▶ _WHAT YOU WILL DO_: The response must consist of the lines below from the one with "v 32.454 -25.4 51.696" through the one with "v -39.767 -15.875 19.063", exactly as they appear and with both ends kept.

[Entries taken from a collection]

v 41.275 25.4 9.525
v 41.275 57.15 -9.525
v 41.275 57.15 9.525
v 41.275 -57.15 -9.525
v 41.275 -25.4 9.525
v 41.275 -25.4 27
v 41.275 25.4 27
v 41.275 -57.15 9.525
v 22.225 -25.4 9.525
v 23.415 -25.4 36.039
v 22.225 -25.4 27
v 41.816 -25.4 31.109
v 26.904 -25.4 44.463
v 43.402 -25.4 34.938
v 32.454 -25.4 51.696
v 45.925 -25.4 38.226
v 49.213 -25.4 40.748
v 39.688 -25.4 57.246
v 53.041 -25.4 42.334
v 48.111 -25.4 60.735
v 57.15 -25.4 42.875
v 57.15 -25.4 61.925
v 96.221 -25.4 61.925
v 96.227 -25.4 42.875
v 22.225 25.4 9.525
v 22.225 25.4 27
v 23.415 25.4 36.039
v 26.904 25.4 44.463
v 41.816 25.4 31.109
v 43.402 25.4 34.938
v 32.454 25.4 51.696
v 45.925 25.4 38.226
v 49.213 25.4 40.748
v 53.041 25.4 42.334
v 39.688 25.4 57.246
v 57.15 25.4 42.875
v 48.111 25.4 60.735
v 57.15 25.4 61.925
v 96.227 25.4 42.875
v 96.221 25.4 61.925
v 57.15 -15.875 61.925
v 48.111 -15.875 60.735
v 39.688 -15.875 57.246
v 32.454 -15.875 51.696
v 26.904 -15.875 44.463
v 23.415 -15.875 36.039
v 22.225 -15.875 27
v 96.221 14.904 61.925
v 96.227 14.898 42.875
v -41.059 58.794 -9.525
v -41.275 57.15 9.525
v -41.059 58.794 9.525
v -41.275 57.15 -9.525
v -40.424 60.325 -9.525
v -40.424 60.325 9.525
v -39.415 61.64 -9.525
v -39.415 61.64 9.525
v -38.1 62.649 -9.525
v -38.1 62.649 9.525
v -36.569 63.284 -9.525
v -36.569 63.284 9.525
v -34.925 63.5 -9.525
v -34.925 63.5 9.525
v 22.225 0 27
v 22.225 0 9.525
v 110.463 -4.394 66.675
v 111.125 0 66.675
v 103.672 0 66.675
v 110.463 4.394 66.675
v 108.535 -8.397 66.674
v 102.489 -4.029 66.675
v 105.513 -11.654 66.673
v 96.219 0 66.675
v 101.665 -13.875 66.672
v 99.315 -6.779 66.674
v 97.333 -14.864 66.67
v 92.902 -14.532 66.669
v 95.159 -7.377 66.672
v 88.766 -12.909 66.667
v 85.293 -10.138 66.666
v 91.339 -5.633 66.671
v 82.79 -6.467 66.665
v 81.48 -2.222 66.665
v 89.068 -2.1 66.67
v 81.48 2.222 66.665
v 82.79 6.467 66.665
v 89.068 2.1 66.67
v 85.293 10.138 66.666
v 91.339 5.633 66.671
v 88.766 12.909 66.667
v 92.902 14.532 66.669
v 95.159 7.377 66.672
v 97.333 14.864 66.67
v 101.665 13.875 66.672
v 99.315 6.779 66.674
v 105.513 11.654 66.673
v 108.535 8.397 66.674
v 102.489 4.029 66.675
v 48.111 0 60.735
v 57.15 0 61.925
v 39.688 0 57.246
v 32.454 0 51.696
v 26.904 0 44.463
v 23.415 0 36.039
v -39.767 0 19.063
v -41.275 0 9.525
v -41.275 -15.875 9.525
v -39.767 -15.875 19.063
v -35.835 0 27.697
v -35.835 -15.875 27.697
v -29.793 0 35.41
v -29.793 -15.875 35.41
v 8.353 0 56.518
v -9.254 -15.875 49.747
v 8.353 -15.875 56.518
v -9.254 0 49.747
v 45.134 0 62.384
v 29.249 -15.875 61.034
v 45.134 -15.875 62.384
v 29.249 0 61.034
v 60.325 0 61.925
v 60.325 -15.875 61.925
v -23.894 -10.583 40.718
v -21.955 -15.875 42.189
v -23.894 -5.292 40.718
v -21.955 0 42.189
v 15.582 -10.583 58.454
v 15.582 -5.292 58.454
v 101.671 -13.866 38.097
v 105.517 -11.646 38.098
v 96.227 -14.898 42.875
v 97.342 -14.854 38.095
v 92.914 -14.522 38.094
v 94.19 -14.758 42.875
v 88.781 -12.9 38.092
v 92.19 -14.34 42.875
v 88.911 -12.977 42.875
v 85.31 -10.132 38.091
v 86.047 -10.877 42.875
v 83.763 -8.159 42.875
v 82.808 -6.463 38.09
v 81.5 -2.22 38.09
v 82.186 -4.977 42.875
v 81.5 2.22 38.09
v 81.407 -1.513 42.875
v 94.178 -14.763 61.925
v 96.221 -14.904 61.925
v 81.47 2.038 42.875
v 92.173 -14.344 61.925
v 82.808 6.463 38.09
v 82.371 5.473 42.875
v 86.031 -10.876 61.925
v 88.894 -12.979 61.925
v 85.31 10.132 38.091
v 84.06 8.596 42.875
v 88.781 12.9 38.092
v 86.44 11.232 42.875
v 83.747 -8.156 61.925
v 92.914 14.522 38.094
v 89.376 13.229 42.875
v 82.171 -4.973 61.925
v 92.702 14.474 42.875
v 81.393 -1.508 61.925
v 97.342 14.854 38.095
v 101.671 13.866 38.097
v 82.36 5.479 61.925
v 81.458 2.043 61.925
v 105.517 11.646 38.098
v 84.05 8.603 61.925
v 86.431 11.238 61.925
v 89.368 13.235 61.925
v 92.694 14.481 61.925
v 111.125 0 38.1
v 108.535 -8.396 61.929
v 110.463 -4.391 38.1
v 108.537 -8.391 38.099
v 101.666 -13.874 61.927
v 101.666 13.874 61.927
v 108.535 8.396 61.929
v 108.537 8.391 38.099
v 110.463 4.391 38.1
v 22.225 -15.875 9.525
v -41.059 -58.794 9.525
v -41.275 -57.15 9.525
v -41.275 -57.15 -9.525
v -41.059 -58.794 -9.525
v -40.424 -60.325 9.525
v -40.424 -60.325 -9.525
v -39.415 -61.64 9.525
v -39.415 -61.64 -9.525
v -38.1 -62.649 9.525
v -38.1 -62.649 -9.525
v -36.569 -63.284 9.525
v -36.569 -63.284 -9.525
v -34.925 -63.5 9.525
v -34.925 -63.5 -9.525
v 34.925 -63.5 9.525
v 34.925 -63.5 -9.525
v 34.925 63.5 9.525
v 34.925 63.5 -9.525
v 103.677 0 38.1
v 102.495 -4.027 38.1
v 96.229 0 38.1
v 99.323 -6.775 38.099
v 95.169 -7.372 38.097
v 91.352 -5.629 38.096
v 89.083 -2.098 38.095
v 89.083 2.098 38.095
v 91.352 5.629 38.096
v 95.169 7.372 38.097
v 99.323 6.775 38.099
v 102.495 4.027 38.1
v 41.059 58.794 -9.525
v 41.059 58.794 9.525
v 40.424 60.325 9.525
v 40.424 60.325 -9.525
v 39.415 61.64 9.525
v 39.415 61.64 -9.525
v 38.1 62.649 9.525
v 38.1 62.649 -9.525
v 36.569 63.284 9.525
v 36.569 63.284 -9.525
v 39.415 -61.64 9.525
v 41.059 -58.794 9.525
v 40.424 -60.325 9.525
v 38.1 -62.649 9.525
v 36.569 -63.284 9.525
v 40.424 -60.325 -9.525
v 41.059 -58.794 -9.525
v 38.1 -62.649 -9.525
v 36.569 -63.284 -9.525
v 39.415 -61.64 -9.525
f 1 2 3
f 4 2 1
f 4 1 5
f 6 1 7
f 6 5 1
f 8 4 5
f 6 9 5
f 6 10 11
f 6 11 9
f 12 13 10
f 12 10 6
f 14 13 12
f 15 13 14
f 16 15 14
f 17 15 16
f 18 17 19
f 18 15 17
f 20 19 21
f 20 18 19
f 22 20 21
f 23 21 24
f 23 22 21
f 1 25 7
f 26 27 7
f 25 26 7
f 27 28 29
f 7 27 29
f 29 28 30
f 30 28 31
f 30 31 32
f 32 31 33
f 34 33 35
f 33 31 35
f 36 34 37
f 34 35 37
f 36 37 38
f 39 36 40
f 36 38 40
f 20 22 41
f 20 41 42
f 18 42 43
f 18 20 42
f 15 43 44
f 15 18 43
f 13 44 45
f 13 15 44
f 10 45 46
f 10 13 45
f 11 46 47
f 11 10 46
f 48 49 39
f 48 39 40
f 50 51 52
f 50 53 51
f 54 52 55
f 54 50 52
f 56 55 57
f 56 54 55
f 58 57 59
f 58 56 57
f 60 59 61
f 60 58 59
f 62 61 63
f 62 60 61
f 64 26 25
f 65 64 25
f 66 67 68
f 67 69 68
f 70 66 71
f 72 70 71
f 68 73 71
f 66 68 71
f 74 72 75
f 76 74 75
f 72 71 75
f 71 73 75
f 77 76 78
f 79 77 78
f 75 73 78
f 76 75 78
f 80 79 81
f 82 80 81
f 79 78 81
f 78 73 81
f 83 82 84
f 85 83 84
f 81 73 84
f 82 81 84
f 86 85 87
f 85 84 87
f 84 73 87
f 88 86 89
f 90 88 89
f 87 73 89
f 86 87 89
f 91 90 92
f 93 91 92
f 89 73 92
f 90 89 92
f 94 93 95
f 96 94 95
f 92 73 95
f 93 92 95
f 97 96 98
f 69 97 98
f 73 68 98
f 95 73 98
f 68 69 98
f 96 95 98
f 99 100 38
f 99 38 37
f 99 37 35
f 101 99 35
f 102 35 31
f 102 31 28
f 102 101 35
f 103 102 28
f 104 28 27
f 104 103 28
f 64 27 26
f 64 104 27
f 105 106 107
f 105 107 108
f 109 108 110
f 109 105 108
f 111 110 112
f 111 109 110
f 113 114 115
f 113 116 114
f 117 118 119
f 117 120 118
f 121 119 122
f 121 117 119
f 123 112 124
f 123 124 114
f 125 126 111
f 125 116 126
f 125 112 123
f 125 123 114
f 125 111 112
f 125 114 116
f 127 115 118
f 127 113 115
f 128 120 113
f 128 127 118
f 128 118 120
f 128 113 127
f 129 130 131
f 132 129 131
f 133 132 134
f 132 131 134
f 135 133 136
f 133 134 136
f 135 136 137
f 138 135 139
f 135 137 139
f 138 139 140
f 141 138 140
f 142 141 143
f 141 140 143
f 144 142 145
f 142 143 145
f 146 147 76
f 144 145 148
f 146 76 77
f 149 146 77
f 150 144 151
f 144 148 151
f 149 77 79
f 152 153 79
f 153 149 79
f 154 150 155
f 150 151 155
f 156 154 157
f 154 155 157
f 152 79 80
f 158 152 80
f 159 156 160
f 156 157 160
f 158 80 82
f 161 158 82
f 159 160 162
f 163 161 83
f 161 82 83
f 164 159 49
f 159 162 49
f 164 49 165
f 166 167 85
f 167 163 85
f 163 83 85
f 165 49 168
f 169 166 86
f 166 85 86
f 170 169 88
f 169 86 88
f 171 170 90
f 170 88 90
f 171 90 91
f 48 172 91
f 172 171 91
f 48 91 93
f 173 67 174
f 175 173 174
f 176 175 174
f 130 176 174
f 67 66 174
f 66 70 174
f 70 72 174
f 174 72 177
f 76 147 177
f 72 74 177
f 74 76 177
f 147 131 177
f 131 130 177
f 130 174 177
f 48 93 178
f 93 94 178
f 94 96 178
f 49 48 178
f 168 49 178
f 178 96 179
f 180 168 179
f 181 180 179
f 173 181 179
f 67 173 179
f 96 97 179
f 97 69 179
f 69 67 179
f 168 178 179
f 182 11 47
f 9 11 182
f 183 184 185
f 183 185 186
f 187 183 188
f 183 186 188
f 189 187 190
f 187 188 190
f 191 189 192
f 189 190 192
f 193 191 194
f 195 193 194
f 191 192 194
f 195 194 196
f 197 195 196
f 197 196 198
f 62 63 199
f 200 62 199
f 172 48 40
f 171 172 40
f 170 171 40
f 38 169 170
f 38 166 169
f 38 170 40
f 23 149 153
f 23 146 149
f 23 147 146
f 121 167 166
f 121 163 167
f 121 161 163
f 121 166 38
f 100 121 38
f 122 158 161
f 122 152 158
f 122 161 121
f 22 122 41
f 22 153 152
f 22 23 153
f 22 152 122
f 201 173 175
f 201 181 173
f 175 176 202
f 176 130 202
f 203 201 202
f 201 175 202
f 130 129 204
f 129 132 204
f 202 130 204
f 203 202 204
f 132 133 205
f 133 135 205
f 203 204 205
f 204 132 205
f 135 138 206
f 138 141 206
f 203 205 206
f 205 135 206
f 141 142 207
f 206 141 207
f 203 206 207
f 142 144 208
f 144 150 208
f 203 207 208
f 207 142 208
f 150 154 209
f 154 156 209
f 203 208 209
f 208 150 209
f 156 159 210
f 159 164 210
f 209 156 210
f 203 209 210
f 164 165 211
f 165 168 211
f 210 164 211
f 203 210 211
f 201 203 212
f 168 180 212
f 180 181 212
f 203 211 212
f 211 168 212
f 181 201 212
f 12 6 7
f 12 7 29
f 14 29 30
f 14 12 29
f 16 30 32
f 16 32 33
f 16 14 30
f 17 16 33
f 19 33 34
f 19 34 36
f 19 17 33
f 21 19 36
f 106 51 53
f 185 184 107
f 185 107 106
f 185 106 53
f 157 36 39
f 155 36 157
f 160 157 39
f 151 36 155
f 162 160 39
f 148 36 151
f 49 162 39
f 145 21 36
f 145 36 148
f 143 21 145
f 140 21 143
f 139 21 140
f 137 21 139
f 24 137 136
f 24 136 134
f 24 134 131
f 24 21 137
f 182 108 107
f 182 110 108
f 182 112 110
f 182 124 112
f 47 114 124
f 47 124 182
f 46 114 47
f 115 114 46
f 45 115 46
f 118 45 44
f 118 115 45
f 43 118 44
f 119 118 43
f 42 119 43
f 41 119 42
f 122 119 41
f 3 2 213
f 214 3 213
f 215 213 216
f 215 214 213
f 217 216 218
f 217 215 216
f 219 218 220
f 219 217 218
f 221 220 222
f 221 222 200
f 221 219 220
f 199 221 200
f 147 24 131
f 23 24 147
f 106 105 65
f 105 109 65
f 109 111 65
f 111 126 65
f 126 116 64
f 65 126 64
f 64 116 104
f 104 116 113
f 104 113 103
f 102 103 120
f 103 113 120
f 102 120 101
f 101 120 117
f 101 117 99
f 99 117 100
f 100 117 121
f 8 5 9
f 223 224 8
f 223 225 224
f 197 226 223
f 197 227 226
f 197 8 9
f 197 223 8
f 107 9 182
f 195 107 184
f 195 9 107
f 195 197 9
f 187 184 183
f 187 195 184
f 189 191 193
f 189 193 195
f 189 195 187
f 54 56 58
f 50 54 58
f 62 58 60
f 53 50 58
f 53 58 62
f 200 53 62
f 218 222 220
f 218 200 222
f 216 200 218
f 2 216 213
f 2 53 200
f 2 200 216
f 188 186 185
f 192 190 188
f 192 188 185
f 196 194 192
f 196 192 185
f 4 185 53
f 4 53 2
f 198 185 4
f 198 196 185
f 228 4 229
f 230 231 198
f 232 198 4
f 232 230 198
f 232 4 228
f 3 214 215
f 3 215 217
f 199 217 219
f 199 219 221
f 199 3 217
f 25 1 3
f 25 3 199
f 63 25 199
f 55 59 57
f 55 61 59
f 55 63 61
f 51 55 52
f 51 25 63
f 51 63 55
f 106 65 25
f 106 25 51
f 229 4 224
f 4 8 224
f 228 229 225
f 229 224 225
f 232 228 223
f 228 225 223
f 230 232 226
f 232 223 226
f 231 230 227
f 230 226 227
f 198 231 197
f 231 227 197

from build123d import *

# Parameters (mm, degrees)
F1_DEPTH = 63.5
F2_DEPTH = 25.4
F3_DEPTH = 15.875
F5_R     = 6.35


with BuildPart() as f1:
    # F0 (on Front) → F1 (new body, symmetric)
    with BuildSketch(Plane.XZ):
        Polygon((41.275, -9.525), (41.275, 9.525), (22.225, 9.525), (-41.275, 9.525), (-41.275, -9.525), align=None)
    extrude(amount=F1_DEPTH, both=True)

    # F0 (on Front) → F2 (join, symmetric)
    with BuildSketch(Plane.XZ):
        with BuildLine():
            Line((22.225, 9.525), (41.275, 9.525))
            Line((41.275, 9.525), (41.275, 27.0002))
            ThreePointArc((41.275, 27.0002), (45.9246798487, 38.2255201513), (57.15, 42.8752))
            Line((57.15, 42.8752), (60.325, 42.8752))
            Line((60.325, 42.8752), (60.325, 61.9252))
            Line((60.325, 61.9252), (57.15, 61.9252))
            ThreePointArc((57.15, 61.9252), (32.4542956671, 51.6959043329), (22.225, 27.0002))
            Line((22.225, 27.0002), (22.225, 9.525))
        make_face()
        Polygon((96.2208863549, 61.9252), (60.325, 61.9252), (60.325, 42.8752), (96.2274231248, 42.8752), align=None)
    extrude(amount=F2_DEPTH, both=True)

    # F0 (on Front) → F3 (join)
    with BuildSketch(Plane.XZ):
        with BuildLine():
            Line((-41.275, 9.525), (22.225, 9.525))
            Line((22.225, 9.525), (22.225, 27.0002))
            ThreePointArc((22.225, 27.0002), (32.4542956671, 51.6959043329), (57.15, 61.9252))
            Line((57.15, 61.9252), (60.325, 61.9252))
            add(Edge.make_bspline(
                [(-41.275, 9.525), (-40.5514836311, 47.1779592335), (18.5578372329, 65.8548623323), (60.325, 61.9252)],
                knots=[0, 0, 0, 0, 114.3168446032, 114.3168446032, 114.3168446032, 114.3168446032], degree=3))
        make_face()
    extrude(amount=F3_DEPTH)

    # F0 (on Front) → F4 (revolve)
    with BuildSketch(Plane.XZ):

▶ _ANSWER TO THIS TASK_:
v 32.454 -25.4 51.696
v 45.925 -25.4 38.226
v 49.213 -25.4 40.748
v 39.688 -25.4 57.246
v 53.041 -25.4 42.334
v 48.111 -25.4 60.735
v 57.15 -25.4 42.875
v 57.15 -25.4 61.925
v 96.221 -25.4 61.925
v 96.227 -25.4 42.875
v 22.225 25.4 9.525
v 22.225 25.4 27
v 23.415 25.4 36.039
v 26.904 25.4 44.463
v 41.816 25.4 31.109
v 43.402 25.4 34.938
v 32.454 25.4 51.696
v 45.925 25.4 38.226
v 49.213 25.4 40.748
v 53.041 25.4 42.334
v 39.688 25.4 57.246
v 57.15 25.4 42.875
v 48.111 25.4 60.735
v 57.15 25.4 61.925
v 96.227 25.4 42.875
v 96.221 25.4 61.925
v 57.15 -15.875 61.925
v 48.111 -15.875 60.735
v 39.688 -15.875 57.246
v 32.454 -15.875 51.696
v 26.904 -15.875 44.463
v 23.415 -15.875 36.039
v 22.225 -15.875 27
v 96.221 14.904 61.925
v 96.227 14.898 42.875
v -41.059 58.794 -9.525
v -41.275 57.15 9.525
v -41.059 58.794 9.525
v -41.275 57.15 -9.525
v -40.424 60.325 -9.525
v -40.424 60.325 9.525
v -39.415 61.64 -9.525
v -39.415 61.64 9.525
v -38.1 62.649 -9.525
v -38.1 62.649 9.525
v -36.569 63.284 -9.525
v -36.569 63.284 9.525
v -34.925 63.5 -9.525
v -34.925 63.5 9.525
v 22.225 0 27
v 22.225 0 9.525
v 110.463 -4.394 66.675
v 111.125 0 66.675
v 103.672 0 66.675
v 110.463 4.394 66.675
v 108.535 -8.397 66.674
v 102.489 -4.029 66.675
v 105.513 -11.654 66.673
v 96.219 0 66.675
v 101.665 -13.875 66.672
v 99.315 -6.779 66.674
v 97.333 -14.864 66.67
v 92.902 -14.532 66.669
v 95.159 -7.377 66.672
v 88.766 -12.909 66.667
v 85.293 -10.138 66.666
v 91.339 -5.633 66.671
v 82.79 -6.467 66.665
v 81.48 -2.222 66.665
v 89.068 -2.1 66.67
v 81.48 2.222 66.665
v 82.79 6.467 66.665
v 89.068 2.1 66.67
v 85.293 10.138 66.666
v 91.339 5.633 66.671
v 88.766 12.909 66.667
v 92.902 14.532 66.669
v 95.159 7.377 66.672
v 97.333 14.864 66.67
v 101.665 13.875 66.672
v 99.315 6.779 66.674
v 105.513 11.654 66.673
v 108.535 8.397 66.674
v 102.489 4.029 66.675
v 48.111 0 60.735
v 57.15 0 61.925
v 39.688 0 57.246
v 32.454 0 51.696
v 26.904 0 44.463
v 23.415 0 36.039
v -39.767 0 19.063
v -41.275 0 9.525
v -41.275 -15.875 9.525
v -39.767 -15.875 19.063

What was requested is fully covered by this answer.